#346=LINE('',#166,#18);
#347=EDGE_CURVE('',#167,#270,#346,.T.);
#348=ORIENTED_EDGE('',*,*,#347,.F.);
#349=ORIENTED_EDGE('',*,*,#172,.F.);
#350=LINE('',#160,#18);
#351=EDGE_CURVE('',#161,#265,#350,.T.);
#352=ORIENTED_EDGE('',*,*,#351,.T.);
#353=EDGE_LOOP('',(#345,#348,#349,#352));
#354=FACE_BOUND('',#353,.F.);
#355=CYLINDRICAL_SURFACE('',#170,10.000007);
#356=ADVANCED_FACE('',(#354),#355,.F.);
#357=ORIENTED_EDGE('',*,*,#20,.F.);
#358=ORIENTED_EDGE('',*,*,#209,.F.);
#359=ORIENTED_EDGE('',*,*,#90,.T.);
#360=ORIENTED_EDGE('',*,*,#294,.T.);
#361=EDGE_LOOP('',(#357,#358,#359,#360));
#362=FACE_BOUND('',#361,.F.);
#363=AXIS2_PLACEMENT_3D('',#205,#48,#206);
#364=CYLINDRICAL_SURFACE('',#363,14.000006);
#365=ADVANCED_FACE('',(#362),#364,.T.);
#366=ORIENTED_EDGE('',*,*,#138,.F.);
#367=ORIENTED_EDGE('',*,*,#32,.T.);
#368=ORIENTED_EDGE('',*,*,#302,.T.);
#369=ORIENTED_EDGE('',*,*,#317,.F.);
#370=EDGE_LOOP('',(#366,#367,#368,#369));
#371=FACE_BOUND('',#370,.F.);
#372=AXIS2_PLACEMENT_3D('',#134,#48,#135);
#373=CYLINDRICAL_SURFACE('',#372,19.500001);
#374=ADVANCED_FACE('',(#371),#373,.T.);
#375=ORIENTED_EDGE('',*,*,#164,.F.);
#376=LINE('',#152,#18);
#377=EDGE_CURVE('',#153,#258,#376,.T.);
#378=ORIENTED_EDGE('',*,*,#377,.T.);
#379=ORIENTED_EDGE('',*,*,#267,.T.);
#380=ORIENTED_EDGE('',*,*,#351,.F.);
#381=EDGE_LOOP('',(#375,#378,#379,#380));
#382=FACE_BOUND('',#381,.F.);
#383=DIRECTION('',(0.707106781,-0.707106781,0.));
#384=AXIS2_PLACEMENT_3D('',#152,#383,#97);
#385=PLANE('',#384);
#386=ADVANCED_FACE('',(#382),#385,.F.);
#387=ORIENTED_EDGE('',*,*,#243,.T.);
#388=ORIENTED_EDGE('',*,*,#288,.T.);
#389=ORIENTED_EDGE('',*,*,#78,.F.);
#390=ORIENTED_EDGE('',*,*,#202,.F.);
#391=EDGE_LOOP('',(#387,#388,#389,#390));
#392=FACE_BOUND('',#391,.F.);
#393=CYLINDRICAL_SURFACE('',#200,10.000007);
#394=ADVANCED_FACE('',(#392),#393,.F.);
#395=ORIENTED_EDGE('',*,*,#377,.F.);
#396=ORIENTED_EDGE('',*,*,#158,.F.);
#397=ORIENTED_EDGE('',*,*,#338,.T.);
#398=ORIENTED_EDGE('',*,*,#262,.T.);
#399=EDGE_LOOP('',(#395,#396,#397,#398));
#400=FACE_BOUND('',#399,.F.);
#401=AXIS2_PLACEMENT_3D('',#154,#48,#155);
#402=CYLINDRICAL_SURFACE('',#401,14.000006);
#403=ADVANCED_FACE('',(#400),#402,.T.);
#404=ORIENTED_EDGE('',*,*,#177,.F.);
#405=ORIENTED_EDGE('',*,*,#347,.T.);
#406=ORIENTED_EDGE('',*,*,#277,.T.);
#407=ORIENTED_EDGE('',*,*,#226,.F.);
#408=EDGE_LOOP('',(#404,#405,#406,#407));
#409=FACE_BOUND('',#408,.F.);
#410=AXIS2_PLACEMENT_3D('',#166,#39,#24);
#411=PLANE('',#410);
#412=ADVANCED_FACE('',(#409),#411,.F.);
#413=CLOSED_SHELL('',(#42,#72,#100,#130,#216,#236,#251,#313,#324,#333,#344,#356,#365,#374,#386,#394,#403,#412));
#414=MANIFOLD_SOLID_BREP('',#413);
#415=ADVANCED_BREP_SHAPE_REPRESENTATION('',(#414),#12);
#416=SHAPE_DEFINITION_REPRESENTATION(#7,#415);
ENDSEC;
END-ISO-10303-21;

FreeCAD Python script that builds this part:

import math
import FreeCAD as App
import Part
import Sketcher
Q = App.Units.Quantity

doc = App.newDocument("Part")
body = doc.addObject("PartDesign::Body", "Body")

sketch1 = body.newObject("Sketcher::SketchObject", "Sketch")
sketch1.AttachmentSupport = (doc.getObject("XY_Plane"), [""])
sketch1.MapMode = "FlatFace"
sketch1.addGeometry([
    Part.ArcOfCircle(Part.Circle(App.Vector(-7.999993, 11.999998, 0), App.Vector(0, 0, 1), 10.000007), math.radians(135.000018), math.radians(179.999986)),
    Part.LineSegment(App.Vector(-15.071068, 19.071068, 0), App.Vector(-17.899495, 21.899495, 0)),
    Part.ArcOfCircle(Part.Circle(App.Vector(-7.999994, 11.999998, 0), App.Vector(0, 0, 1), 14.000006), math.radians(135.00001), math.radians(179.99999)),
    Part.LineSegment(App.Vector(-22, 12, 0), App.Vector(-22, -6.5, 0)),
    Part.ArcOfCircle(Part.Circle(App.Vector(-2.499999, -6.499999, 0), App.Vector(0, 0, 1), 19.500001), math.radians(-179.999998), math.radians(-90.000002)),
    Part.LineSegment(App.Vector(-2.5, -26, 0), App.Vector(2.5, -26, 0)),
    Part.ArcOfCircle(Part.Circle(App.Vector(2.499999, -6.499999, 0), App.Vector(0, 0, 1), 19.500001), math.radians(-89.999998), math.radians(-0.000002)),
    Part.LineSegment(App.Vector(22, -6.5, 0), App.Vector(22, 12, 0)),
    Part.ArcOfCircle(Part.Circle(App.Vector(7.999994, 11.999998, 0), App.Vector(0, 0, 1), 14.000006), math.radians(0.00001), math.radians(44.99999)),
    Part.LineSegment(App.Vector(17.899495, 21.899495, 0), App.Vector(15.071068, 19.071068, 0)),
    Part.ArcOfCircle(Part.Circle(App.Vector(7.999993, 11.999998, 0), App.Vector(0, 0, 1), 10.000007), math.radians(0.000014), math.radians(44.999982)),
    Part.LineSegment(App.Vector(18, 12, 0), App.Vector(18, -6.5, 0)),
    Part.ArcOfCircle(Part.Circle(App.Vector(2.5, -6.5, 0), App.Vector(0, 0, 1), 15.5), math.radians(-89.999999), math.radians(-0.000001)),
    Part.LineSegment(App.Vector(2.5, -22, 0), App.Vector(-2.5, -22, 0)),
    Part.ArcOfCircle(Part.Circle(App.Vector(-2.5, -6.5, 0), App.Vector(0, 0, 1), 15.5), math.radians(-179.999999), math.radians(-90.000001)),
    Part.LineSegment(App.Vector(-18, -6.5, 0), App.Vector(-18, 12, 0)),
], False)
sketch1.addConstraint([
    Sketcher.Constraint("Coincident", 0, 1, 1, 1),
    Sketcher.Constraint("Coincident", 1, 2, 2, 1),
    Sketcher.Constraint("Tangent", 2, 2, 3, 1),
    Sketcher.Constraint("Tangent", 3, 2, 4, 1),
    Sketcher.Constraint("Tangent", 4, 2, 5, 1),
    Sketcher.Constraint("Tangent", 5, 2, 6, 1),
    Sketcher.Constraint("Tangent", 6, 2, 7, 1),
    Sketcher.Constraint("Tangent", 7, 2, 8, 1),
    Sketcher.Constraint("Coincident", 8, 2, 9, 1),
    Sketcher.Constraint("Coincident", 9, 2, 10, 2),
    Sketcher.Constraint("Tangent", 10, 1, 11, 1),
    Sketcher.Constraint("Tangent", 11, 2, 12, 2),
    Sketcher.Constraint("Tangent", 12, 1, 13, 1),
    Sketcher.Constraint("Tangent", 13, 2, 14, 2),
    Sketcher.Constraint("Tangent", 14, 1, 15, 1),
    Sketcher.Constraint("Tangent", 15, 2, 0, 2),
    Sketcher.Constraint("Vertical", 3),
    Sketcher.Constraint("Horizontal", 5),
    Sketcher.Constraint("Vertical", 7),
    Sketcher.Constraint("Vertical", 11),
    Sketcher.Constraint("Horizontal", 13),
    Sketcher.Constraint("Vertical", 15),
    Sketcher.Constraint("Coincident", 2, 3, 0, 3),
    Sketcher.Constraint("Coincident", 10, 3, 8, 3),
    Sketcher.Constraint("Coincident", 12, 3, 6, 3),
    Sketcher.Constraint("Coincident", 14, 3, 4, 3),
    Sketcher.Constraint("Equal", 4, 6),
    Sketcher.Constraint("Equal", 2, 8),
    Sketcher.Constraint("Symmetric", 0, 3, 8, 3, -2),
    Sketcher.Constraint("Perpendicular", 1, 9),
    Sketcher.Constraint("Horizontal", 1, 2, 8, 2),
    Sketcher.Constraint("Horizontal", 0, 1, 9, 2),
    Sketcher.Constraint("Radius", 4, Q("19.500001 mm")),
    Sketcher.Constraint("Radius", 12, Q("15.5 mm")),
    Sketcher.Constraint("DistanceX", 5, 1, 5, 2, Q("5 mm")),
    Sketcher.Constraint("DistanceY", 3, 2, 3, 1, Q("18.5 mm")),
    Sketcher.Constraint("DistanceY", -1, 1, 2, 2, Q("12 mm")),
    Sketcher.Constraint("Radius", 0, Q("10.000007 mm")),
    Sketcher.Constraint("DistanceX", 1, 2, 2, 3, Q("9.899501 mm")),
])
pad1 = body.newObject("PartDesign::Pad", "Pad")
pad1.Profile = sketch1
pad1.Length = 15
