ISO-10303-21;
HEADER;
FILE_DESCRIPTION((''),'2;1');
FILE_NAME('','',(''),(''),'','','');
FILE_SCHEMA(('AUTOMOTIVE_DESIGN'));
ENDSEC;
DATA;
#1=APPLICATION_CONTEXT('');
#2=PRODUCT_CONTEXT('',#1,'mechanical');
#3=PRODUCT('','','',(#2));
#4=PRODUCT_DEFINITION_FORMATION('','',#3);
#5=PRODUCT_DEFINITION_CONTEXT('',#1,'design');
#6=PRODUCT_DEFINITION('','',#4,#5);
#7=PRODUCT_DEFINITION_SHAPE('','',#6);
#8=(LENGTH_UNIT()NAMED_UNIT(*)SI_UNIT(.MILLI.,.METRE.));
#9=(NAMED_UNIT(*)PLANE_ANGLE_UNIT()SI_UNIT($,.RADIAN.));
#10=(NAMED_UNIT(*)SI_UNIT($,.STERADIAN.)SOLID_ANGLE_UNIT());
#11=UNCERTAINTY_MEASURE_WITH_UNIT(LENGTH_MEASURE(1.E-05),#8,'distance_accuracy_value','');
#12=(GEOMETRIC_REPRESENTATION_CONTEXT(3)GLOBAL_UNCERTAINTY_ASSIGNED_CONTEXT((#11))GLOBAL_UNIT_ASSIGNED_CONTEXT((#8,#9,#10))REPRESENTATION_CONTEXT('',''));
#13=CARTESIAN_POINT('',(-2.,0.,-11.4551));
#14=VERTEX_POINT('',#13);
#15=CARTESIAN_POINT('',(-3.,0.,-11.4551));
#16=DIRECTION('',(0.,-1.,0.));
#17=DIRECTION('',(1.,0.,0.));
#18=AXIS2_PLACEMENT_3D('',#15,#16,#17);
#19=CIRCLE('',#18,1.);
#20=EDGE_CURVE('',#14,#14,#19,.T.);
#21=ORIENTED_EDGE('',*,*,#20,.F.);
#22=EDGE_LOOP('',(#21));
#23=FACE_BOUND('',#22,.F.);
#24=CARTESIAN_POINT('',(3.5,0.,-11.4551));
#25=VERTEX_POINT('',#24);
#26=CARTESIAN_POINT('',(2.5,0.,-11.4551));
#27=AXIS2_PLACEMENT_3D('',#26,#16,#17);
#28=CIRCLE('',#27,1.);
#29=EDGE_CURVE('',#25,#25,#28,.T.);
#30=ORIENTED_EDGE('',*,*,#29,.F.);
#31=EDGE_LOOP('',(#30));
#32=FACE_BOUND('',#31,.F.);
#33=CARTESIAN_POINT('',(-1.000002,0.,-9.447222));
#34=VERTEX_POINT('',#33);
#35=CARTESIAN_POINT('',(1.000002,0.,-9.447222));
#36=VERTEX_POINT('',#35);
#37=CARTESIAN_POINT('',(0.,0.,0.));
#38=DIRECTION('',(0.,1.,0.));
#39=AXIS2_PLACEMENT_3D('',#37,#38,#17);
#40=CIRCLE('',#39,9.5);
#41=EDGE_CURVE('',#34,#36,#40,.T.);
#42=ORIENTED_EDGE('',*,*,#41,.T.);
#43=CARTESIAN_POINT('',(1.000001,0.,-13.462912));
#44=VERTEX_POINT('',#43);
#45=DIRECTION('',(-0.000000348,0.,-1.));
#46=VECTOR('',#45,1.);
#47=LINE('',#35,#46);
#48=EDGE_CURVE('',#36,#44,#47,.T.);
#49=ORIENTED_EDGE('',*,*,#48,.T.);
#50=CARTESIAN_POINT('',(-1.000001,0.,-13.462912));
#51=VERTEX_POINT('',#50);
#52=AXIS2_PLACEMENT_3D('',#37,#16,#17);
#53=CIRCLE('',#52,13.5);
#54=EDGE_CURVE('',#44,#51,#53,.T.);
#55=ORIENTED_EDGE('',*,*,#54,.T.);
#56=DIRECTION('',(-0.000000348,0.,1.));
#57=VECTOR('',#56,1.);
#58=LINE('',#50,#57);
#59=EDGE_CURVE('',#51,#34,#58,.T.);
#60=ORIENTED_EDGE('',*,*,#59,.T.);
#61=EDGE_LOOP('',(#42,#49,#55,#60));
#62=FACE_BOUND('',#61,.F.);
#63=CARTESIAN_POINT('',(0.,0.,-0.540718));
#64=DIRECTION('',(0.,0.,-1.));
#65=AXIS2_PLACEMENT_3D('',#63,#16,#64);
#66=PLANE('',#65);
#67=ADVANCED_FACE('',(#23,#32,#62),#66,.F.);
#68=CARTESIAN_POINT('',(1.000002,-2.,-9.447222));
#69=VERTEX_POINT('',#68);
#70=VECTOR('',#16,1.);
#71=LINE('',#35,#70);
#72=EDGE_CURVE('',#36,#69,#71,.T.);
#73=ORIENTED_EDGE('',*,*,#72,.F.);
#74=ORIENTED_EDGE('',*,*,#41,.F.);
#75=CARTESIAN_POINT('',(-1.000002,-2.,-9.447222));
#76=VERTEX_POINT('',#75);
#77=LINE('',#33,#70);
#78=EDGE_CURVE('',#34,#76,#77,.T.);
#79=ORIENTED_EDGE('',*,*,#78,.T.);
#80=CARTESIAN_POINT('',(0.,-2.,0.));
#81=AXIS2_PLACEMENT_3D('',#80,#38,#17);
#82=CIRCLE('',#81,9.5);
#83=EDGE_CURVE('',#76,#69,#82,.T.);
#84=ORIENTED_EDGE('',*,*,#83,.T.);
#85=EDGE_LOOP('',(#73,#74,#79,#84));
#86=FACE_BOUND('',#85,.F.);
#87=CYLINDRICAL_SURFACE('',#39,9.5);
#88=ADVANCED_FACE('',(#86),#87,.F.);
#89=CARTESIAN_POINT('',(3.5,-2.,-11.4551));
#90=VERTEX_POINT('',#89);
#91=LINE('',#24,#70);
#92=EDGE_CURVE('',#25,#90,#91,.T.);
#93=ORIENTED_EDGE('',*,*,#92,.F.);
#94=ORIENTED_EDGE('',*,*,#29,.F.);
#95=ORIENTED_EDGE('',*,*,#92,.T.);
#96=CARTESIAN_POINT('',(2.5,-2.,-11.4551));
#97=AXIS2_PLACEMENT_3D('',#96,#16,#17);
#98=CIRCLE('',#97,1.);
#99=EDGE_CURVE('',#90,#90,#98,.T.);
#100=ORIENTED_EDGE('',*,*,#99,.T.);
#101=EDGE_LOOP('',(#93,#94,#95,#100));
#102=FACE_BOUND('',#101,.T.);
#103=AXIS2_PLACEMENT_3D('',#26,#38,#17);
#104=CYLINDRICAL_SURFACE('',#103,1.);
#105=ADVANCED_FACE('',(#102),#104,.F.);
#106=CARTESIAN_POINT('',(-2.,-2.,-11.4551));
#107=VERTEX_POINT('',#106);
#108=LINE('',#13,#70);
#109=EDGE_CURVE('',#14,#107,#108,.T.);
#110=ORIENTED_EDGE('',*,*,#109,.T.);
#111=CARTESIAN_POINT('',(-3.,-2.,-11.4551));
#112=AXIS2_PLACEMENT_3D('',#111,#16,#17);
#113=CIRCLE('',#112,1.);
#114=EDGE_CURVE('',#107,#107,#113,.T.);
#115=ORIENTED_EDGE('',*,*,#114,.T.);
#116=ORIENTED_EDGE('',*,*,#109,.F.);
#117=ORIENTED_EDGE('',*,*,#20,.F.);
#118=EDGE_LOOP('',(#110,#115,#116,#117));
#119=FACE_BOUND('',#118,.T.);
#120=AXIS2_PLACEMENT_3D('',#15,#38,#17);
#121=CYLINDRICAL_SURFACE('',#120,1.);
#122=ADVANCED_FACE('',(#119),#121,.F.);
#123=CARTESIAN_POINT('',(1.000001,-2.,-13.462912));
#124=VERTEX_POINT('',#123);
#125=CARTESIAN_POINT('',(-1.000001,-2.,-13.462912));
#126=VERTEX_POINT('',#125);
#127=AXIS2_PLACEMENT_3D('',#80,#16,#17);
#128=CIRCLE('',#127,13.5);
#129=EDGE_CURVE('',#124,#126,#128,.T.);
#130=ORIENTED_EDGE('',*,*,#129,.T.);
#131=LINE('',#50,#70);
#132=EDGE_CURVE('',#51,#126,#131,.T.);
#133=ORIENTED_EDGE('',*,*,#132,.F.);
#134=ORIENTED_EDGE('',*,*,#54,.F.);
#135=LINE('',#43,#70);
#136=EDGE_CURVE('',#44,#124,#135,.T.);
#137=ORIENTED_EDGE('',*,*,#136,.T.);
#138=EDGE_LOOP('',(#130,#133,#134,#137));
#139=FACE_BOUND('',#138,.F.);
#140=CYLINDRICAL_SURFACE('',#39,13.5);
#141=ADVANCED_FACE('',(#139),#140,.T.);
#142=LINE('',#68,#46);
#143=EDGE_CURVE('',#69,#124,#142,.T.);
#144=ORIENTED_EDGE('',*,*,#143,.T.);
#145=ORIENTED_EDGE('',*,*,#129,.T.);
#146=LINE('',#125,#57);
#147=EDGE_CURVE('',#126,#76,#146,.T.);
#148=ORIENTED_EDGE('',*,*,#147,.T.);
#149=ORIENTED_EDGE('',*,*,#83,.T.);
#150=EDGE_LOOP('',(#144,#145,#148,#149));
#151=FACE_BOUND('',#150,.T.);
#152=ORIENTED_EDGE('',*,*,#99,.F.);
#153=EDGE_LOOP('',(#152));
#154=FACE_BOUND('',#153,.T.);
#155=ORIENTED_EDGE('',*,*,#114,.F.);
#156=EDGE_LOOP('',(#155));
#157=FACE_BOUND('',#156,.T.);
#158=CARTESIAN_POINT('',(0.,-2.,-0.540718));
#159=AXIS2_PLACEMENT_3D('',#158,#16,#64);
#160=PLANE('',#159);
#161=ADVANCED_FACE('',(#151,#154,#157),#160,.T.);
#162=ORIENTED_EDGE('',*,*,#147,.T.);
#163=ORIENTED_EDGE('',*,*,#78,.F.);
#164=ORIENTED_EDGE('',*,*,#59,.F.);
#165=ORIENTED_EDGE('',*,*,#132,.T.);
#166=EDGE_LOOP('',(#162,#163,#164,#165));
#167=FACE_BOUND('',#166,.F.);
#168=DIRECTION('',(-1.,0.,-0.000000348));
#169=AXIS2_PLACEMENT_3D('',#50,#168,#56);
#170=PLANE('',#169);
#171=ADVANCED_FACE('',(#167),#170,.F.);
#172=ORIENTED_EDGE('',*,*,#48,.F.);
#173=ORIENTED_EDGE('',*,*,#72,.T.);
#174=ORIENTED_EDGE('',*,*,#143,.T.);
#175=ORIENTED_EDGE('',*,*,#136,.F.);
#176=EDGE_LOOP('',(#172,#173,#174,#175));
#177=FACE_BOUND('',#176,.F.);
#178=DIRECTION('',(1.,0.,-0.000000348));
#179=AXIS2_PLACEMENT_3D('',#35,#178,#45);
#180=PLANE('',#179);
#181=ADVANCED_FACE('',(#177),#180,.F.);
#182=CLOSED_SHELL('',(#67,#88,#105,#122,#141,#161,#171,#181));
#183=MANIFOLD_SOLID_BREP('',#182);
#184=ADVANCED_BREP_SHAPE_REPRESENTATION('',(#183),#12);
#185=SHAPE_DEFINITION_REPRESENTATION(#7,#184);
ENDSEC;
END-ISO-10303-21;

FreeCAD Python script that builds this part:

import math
import FreeCAD as App
import Part
import Sketcher
from FreeCAD import Vector

doc = App.newDocument("Part")
body = doc.addObject("PartDesign::Body", "Body")

# Sketch on XZ plane
sketch1 = body.newObject("Sketcher::SketchObject", "Sketch")
sketch1.AttachmentSupport = (doc.getObject("XZ_Plane"), [""])
sketch1.MapMode = "FlatFace"
sketch1.addGeometry([
    Part.ArcOfCircle(Part.Circle(Vector(0, 0, 0), Vector(0, 0, 1), 13.5), math.radians(-86), math.radians(266)),  # 0
    Part.LineSegment(Vector(-1, -13.5, 0), Vector(-1, -9.4, 0)),  # 1
    Part.ArcOfCircle(Part.Circle(Vector(0, 0, 0), Vector(0, 0, 1), 9.5), math.radians(-84), math.radians(264)),  # 2
    Part.LineSegment(Vector(1, -9.4, 0), Vector(1, -13.5, 0)),  # 3
    Part.Circle(Vector(-3, -11.5, 0), Vector(0, 0, 1), 1),  # 4
    Part.Circle(Vector(2.5, -11.5, 0), Vector(0, 0, 1), 1),  # 5
], False)
sketch1.addConstraint([
    Sketcher.Constraint("Coincident", 0, 2, 1, 1),
    Sketcher.Constraint("Coincident", 1, 2, 2, 2),
    Sketcher.Constraint("Coincident", 2, 1, 3, 1),
    Sketcher.Constraint("Coincident", 3, 2, 0, 1),
    Sketcher.Constraint("Vertical", 1),
    Sketcher.Constraint("Vertical", 3),
    Sketcher.Constraint("Coincident", 0, 3, -1, 1),
    Sketcher.Constraint("Coincident", 2, 3, -1, 1),
    Sketcher.Constraint("Equal", 4, 5),
    Sketcher.Constraint("Horizontal", 4, 3, 5, 3),
    Sketcher.Constraint("Horizontal", 1, 2, 2, 1),
    Sketcher.Constraint("Diameter", 4, 2.0),
    Sketcher.Constraint("Radius", 0, 13.5),
    Sketcher.Constraint("Radius", 2, 9.5),
    Sketcher.Constraint("DistanceX", 4, 3, -1, 1, 3.0),
    Sketcher.Constraint("DistanceX", 0, 2, -1, 1, 1.0),
    Sketcher.Constraint("DistanceX", -1, 1, 5, 3, 2.5),
    Sketcher.Constraint("DistanceY", 4, 3, -1, 1, 11.455),
])
pad1 = body.newObject("PartDesign::Pad", "Pad")
pad1.Profile = sketch1
pad1.Length = 2

doc.recompute()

+---+

→ Your task: Starting at the line above that contains "#86=FACE_BOUND('',#85,.F.);", repeat each line exactly up to and including the line that contains "#102=FACE_BOUND('',#101,.T.);", and stop there.

→ Response box:
#86=FACE_BOUND('',#85,.F.);
#87=CYLINDRICAL_SURFACE('',#39,9.5);
#88=ADVANCED_FACE('',(#86),#87,.F.);
#89=CARTESIAN_POINT('',(3.5,-2.,-11.4551));
#90=VERTEX_POINT('',#89);
#91=LINE('',#24,#70);
#92=EDGE_CURVE('',#25,#90,#91,.T.);
#93=ORIENTED_EDGE('',*,*,#92,.F.);
#94=ORIENTED_EDGE('',*,*,#29,.F.);
#95=ORIENTED_EDGE('',*,*,#92,.T.);
#96=CARTESIAN_POINT('',(2.5,-2.,-11.4551));
#97=AXIS2_PLACEMENT_3D('',#96,#16,#17);
#98=CIRCLE('',#97,1.);
#99=EDGE_CURVE('',#90,#90,#98,.T.);
#100=ORIENTED_EDGE('',*,*,#99,.T.);
#101=EDGE_LOOP('',(#93,#94,#95,#100));
#102=FACE_BOUND('',#101,.T.);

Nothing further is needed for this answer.